Monday, July 10, 2006

New Talk in New Delhi: No Sex, No Condom

By Mayank 'Austen'

Delhi's smart school-going kids can win the country's battle against AIDS



The Children were Smart and Knowledgeable in Sex Awareness

THE OTHER day we went to the Shri Ram Center for Performing Arts at Safdar Hashmi Road near Connaught Place. The hall was brimming with school children and we were fortunate to find two vacant seats out of a total of 403. Kenny G was playing his saxophone in the auditorium while everyone waited for the Mr. Minister to arrive and the live quiz show to begin.

Organized by the Indian Government, the programme took place under the initiative YUVA (Youth Unite for Victory on AIDS). YUVA is also a Hindi word meaning 'youth.' The event's purpose was to test the knowledge of India's young generation about sexual health and HIV/AIDS. This South Asian giant has over five million people infected with AIDS - second highest rate in world.

We employed the interval by flipping through the catalogues placed on each seat. It was dreary to glance through statistics and facts regarding the AIDS scare in India, but it raised our self-opinion — how noble it was for us to come and sacrifice our time to sit through such a boring and worthy cause. The programme schedule indicated that the quiz, which would follow the Minister's speech, would be hosted by Mr. Siddhartha Basu, the celebrity quiz master, the producer of South Asia's biggest TV game show - Kaun Bangea Crorepati - the Indian adaptation of Who Wants to be a Millionaire.

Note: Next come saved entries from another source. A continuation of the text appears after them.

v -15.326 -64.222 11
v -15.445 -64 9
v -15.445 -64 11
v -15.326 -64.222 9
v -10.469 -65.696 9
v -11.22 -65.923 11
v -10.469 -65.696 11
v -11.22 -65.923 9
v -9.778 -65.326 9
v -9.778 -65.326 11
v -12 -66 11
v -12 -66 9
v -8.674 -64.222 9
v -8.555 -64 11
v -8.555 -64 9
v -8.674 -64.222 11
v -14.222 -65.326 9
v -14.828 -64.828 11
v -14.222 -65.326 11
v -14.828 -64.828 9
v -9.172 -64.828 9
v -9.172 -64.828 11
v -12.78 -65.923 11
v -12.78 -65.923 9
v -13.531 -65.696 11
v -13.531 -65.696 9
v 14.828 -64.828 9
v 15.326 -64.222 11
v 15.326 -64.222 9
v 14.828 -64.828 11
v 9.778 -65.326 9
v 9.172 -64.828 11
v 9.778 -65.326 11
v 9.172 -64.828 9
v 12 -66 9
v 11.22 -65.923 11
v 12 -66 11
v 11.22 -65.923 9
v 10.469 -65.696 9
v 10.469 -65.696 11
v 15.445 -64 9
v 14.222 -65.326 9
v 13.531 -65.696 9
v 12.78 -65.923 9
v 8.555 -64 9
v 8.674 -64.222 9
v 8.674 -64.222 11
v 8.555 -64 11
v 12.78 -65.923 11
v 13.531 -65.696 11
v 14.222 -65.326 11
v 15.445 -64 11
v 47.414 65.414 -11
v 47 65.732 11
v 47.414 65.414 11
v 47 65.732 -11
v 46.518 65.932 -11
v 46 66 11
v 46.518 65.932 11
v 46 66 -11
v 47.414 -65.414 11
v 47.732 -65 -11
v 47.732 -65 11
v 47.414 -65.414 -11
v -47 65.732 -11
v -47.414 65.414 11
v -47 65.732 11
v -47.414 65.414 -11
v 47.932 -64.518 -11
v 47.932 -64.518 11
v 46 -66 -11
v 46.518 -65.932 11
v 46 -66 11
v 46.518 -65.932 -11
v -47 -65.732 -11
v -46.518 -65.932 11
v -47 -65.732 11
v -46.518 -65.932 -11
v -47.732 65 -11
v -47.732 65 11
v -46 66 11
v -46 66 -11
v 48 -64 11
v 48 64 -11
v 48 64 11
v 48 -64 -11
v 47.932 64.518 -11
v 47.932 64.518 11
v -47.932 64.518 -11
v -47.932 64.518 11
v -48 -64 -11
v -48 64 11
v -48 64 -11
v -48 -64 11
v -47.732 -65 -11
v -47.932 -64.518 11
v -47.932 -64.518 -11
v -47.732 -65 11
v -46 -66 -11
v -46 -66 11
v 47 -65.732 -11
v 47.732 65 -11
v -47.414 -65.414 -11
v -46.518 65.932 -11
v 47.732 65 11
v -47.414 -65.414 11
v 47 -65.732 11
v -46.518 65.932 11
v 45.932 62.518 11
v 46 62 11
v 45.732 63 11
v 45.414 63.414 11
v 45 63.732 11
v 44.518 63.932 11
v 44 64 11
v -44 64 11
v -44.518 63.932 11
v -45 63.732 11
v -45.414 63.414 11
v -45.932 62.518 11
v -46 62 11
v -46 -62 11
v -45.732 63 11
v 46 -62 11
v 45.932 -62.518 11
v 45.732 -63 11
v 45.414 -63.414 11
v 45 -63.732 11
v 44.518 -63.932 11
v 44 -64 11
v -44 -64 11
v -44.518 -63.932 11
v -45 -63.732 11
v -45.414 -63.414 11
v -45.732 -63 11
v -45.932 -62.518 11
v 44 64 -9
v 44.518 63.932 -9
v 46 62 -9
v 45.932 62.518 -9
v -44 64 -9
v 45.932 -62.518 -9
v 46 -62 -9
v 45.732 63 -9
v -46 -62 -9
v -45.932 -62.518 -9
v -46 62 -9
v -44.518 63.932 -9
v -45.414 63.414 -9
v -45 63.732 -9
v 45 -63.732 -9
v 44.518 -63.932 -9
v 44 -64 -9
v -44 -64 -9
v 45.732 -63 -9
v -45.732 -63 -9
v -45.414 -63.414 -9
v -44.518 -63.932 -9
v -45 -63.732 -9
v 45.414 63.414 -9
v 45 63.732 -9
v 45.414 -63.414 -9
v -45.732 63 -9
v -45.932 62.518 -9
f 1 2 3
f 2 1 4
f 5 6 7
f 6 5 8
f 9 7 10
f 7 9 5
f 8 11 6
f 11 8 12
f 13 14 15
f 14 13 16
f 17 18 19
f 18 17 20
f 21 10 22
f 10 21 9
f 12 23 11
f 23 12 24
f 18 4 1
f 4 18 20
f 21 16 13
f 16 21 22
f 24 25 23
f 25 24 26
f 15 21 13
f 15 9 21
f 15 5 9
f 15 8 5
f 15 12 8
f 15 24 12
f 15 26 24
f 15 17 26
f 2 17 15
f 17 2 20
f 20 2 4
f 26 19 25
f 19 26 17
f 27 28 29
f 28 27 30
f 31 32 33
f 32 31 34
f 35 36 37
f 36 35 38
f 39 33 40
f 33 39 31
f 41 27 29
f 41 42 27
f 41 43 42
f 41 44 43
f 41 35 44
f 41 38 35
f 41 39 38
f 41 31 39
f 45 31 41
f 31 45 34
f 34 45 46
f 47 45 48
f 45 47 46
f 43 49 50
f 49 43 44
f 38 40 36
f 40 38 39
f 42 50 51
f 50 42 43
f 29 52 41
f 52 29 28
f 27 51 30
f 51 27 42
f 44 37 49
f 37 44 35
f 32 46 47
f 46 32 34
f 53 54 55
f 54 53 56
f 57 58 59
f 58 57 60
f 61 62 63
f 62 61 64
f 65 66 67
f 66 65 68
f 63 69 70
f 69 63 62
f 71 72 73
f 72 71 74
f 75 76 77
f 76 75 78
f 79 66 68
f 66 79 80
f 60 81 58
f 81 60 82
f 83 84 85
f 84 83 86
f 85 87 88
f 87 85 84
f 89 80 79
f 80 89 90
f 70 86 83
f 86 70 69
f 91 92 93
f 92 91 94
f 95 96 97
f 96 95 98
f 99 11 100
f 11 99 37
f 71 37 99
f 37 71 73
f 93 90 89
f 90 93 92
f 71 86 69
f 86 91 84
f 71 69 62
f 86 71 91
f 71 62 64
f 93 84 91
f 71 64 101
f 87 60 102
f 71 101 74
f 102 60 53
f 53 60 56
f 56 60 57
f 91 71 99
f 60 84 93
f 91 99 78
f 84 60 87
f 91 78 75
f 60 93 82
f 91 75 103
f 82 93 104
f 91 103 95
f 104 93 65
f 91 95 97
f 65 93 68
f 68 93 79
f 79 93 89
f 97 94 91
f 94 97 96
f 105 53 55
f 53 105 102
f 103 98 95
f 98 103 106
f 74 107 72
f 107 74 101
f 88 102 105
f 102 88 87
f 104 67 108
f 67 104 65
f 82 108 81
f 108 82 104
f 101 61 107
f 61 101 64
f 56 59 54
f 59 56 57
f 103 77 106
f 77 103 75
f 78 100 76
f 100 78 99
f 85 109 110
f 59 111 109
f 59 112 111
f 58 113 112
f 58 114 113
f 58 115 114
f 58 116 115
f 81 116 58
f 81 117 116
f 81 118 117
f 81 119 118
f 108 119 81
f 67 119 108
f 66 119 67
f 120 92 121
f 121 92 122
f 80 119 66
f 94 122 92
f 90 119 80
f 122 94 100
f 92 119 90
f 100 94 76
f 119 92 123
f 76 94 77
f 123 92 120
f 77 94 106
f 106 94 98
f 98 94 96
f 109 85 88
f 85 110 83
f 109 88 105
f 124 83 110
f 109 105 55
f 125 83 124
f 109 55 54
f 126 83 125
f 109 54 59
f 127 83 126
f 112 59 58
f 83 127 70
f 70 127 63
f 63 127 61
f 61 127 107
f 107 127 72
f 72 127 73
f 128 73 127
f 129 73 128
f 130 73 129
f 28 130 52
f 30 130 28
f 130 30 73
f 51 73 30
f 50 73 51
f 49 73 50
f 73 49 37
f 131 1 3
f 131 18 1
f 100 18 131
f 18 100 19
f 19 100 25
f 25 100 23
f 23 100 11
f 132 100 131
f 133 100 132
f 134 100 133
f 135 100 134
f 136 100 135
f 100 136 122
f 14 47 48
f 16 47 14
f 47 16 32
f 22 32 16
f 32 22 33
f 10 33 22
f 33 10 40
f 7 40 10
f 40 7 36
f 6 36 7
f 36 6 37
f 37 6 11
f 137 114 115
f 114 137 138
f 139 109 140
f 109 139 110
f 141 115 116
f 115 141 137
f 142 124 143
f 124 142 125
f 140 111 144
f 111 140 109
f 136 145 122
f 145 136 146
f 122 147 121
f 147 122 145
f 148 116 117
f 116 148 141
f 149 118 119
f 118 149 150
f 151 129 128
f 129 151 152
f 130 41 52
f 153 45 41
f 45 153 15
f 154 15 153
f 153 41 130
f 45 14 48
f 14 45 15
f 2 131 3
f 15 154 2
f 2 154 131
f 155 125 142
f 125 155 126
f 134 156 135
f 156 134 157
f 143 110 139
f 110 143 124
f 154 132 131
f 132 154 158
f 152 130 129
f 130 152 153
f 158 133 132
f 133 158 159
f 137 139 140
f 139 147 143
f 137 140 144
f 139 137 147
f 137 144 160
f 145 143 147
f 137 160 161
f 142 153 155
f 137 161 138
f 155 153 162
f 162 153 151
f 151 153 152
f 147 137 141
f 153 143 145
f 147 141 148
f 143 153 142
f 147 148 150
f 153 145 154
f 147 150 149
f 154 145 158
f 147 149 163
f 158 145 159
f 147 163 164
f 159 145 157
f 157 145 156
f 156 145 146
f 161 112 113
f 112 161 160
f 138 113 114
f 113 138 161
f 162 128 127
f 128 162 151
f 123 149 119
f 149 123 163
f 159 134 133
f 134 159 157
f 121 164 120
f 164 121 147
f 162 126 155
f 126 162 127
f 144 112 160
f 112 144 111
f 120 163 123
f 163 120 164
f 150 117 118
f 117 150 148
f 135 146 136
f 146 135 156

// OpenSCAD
// PRG32 v2 enclosure starter.
// Dimensions are conservative placeholders for classroom iteration.

case_w = 96;
case_h = 132;
case_d = 22;
wall = 2;

module rounded_box(w, h, d) {
    minkowski() {
        cube([w - 4, h - 4, d - 2], center = true);
        cylinder(r = 2, h = 2, center = true, $fn = 24);
    }
}

difference() {
    rounded_box(case_w, case_h, case_d);
    translate([0, 0, wall])
        rounded_box(case_w - wall * 2, case_h - wall * 2, case_d);

    // Display opening.
    translate([0, 18, case_d / 2])
        cube([72, 52, 4], center = true);

    // Button openings.
    for (x = [-24, 0, 24]) {
        translate([x, -44, case_d / 2])
            cylinder(r = 4, h = 4, center = true, $fn = 32);
    }
    for (x = [-12, 12]) {
        translate([x, -62, case_d / 2])
            cylinder(r = 4, h = 4, center = true, $fn = 32);
    }
}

The Minister was delayed in his arrival, but he refused to spare us the ordeal of listening to his introductory speech. Speaking in a broken, upper-class Hindi, he threateningly warned that truck drivers were no longer the only carriers of AIDS. Blinded by a flash of spontaneous wisdom, he declared the great Indian culture and its no-sex values were the best safeguard against this epidemic. After a bit of words on a "very handsome, well-built boy" who was jettisoned by his family after he tested positive for HIV and whom he found loitering outside his residence, Mr. Minister settled down to talk at great length about his young daughter.

Only recently completing her graduation in English literature, the minister informed us with fatherly pride, the daughter dear has already visited several countries to attend AIDS-related conferences. We were told that if the minister was too busy to attend the meets, he sent the daughter instead. It was conveyed that she had just returned from attending a conference in Geneva. Finally, Mr. Minister concluded by advising all the youngsters present to follow his daughter's example.

Only if our father too was a minister, somebody sitting behind us sniggered. We tried to keep a straight face.

The quiz was disconcerting at the beginning. It was particularly uncomfortable with the children being asked whether a woman could become pregnant if she had intercourse during menstruation. We found it awkward to hear them answering questions on safe sex, homosexuals, and AIDS prevention methods with a straight face, nonchalant.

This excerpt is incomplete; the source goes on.